Couchbase, UnQL and Linq?

by jmorris 10. January 2012 22:37

I came across the following press release (a bit old) and liked what I read. Specifically, that Couchbase was working on UnQL support with MS:

“Couchbase unveiled and released to the public domain the UnQL query
language, (UNstructured Query Language). Jointly developed with
Microsoft and SQLite, UnQL is designed to provide a common query
language for NoSQL developers and help drive widespread adoption of
NoSQL technology. Each company has committed to delivering product
support for UnQL in 2012.”

By going to UnQL and partnering with MS, this puts Couchbase in an awesome position to develop a Linq (IQueryable) implementation of UnQL. If this happens, then querying a NOSQL or a RDBMS (or anything else) will be unified from the CLR perspective.

For instance, the following Linq query in the CLR (C# syntax):

var query = (from f in Context.Foo
                   where f.Something.Equals(“something”)
                   select new f).

Could emit UnQL if Context is NOSQL or SQL if RDBMS…genius. If only Java had something like IQueryable <sigh>.

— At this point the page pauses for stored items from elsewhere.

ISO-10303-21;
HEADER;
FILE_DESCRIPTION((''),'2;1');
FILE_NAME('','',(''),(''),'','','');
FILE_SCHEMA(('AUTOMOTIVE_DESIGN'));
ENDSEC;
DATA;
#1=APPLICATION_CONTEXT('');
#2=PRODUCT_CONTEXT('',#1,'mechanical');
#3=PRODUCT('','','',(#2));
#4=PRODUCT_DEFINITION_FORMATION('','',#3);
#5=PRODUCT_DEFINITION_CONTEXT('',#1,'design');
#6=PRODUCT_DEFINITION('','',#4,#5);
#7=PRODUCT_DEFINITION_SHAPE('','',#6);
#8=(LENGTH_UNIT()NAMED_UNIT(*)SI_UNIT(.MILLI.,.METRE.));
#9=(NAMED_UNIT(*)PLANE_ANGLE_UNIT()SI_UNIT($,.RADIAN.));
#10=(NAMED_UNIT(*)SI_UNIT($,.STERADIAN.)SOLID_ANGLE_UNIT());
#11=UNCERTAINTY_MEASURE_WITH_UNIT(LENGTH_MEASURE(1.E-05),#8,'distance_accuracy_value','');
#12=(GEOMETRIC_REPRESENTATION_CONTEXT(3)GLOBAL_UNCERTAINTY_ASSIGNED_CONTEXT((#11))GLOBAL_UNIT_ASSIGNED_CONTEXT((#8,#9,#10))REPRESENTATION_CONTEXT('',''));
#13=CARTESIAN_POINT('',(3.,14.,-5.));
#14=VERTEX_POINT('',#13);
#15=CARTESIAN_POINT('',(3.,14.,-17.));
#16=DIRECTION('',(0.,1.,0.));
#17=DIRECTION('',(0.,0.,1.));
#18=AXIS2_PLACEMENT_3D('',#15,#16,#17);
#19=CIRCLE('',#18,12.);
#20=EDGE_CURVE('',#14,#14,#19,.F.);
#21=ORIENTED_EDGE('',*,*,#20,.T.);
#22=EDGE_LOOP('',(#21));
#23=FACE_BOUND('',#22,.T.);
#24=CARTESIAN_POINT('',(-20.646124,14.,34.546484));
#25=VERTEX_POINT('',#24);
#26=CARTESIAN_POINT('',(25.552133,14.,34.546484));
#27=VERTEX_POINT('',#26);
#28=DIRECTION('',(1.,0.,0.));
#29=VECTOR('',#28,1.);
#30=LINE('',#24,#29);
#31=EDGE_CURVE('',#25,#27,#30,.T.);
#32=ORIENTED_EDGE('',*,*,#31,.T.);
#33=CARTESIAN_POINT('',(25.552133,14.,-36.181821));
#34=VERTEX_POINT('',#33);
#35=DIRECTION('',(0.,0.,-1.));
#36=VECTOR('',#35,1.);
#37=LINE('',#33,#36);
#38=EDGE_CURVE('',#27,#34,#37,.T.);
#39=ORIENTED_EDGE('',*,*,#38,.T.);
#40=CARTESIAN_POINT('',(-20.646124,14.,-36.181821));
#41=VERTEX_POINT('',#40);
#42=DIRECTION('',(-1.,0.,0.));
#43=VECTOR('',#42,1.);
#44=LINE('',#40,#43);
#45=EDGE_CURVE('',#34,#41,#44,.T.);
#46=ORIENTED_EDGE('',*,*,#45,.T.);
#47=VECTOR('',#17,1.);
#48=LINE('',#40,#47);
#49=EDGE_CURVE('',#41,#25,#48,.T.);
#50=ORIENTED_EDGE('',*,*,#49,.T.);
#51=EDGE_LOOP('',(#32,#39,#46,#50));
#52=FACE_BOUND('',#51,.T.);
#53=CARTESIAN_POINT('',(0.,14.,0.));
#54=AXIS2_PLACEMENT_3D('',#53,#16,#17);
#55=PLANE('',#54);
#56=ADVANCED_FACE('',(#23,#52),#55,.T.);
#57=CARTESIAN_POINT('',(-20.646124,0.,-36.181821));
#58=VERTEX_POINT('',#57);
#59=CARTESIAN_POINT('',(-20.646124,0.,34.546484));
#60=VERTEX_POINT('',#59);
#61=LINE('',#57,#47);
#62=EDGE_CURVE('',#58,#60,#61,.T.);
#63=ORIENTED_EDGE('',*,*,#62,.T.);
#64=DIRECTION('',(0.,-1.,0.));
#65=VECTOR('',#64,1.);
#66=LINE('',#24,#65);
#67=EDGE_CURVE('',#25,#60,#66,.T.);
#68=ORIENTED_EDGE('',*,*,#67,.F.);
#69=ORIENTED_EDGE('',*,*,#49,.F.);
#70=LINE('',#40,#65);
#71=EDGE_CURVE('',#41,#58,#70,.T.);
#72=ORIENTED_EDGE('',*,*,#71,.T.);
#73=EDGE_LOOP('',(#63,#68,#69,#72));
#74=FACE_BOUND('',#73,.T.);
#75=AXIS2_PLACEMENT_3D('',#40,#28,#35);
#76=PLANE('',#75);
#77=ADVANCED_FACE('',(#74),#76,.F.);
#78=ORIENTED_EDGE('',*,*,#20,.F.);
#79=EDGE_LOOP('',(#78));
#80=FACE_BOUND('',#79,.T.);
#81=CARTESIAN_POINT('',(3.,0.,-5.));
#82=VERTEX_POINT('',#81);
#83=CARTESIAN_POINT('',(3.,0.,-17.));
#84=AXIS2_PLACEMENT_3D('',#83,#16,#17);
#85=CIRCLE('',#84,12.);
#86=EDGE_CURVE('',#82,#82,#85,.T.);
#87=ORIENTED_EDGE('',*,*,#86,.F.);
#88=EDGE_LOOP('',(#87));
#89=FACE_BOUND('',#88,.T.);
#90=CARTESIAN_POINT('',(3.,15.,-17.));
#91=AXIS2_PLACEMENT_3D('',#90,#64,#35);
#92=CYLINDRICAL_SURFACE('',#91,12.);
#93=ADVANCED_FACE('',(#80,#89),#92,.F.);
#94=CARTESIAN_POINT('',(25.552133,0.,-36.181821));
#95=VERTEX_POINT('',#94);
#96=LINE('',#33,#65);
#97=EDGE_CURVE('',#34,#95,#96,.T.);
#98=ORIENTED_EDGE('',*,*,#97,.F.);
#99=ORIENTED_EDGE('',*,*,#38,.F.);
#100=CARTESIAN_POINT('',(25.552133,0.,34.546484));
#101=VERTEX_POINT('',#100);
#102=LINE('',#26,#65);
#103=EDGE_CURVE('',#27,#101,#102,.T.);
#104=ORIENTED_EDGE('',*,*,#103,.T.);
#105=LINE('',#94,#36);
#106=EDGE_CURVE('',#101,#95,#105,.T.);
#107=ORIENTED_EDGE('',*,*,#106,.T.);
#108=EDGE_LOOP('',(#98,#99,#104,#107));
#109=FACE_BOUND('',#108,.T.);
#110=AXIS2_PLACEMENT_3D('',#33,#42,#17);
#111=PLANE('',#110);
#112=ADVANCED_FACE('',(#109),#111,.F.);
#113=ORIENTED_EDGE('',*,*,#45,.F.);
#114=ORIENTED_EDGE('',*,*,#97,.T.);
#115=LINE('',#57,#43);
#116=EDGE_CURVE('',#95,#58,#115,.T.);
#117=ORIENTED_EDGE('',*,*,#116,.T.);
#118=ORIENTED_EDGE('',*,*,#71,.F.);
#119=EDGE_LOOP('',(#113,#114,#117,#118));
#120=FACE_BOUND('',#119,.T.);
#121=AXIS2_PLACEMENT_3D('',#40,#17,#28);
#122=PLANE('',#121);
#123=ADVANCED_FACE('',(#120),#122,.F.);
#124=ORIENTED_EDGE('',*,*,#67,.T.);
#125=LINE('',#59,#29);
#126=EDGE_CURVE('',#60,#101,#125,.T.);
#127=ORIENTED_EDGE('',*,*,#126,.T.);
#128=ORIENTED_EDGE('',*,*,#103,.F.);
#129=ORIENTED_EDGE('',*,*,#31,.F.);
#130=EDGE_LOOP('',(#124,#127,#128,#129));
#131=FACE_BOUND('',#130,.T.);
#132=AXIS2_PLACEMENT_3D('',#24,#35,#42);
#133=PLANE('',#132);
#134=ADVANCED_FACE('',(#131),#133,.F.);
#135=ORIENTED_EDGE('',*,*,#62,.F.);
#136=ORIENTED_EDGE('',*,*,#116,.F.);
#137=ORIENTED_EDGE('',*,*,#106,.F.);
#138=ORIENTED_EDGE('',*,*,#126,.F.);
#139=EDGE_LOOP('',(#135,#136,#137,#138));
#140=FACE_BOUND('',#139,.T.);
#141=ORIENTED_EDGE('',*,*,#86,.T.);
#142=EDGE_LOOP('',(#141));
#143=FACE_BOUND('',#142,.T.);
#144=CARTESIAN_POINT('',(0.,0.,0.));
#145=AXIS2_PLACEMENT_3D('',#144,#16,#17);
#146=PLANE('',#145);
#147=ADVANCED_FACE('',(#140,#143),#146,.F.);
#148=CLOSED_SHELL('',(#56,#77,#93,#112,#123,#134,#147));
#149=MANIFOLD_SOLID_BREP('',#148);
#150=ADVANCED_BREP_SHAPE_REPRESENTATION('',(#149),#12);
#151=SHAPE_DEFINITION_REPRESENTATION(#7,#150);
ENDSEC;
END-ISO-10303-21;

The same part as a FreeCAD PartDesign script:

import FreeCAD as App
import Part
import Sketcher
Q = App.Units.Quantity

doc = App.newDocument("Part")
body = doc.addObject("PartDesign::Body", "Body")

# Sketch on XZ plane
sketch1 = body.newObject("Sketcher::SketchObject", "Sketch")
sketch1.AttachmentSupport = (doc.getObject("XZ_Plane"), [""])
sketch1.MapMode = "FlatFace"
sketch1.addGeometry([
    Part.LineSegment(App.Vector(-20.646124, -36.181821, 0), App.Vector(-20.646124, 34.546484, 0)),
    Part.LineSegment(App.Vector(-20.646124, 34.546484, 0), App.Vector(25.552133, 34.546484, 0)),
    Part.LineSegment(App.Vector(25.552133, 34.546484, 0), App.Vector(25.552133, -36.181821, 0)),
    Part.LineSegment(App.Vector(25.552133, -36.181821, 0), App.Vector(-20.646124, -36.181821, 0)),
], False)
sketch1.addConstraint([
    Sketcher.Constraint("Coincident", 0, 2, 1, 1),
    Sketcher.Constraint("Coincident", 1, 2, 2, 1),
    Sketcher.Constraint("Coincident", 2, 2, 3, 1),
    Sketcher.Constraint("Coincident", 3, 2, 0, 1),
    Sketcher.Constraint("Vertical", 0),
    Sketcher.Constraint("Horizontal", 1),
    Sketcher.Constraint("Vertical", 2),
    Sketcher.Constraint("Horizontal", 3),
    Sketcher.Constraint("DistanceX", 1, 1, 1, 2, Q("46.198257 mm")),
    Sketcher.Constraint("DistanceY", 0, 1, 0, 2, Q("70.728305 mm")),
    Sketcher.Constraint("DistanceY", 2, 2, -1, 1, Q("36.181821 mm")),
    Sketcher.Constraint("DistanceX", 0, 2, -1, 1, Q("20.646124 mm")),
])
pad1 = body.newObject("PartDesign::Pad", "Pad")
pad1.Profile = sketch1
pad1.Length = 14
pad1.Reversed = True

# Sketch on XZ plane
sketch2 = body.newObject("Sketcher::SketchObject", "Sketch001")
sketch2.AttachmentSupport = (doc.getObject("XZ_Plane"), [""])
sketch2.MapMode = "FlatFace"
sketch2.addGeometry(Part.Circle(App.Vector(3, -17, 0), App.Vector(0, 0, 1), 12), False)
sketch2.addConstraint([
    Sketcher.Constraint("Diameter", 0, Q("24 mm")),
    Sketcher.Constraint("DistanceX", -1, 1, 0, 3, Q("3 mm")),
    Sketcher.Constraint("DistanceY", 0, 3, -1, 1, Q("17 mm")),
])
pocket1 = body.newObject("PartDesign::Pocket", "Pocket")
pocket1.Profile = sketch2
pocket1.Length = 15

doc.recompute()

It also looks like Couchbase is dumping the CouchDb HTTP REST API for the binary Memcached protocol, which should be a big win from a performance perspective (sorry CouchDb users). Membase already uses the protocol, so it’s just matter of switching the HTTP REST API for UnQL.

Another develpoment in Couchbase is that CouchDb has been forked.  The good news it’s still going to be open-source:

“As J. Chris Anderson notes in the comments, Couchbase is completely open source and Apache licensed:
Everything Couchbase does is open source, we have 2 github pages that are very active:

Probably the most fun place to jump into development is the code review:
Let me clarify, if you like Apache CouchDB, stick with it. I'm working on something I think you'll like a lot better. If not, well, there's still Apache CouchDB.”

While possibly a bit traumatic for CouchDb afficiandos, this should be a huge win for Couchbase fans and for companies investing in Couch as stable, NOSQL solution.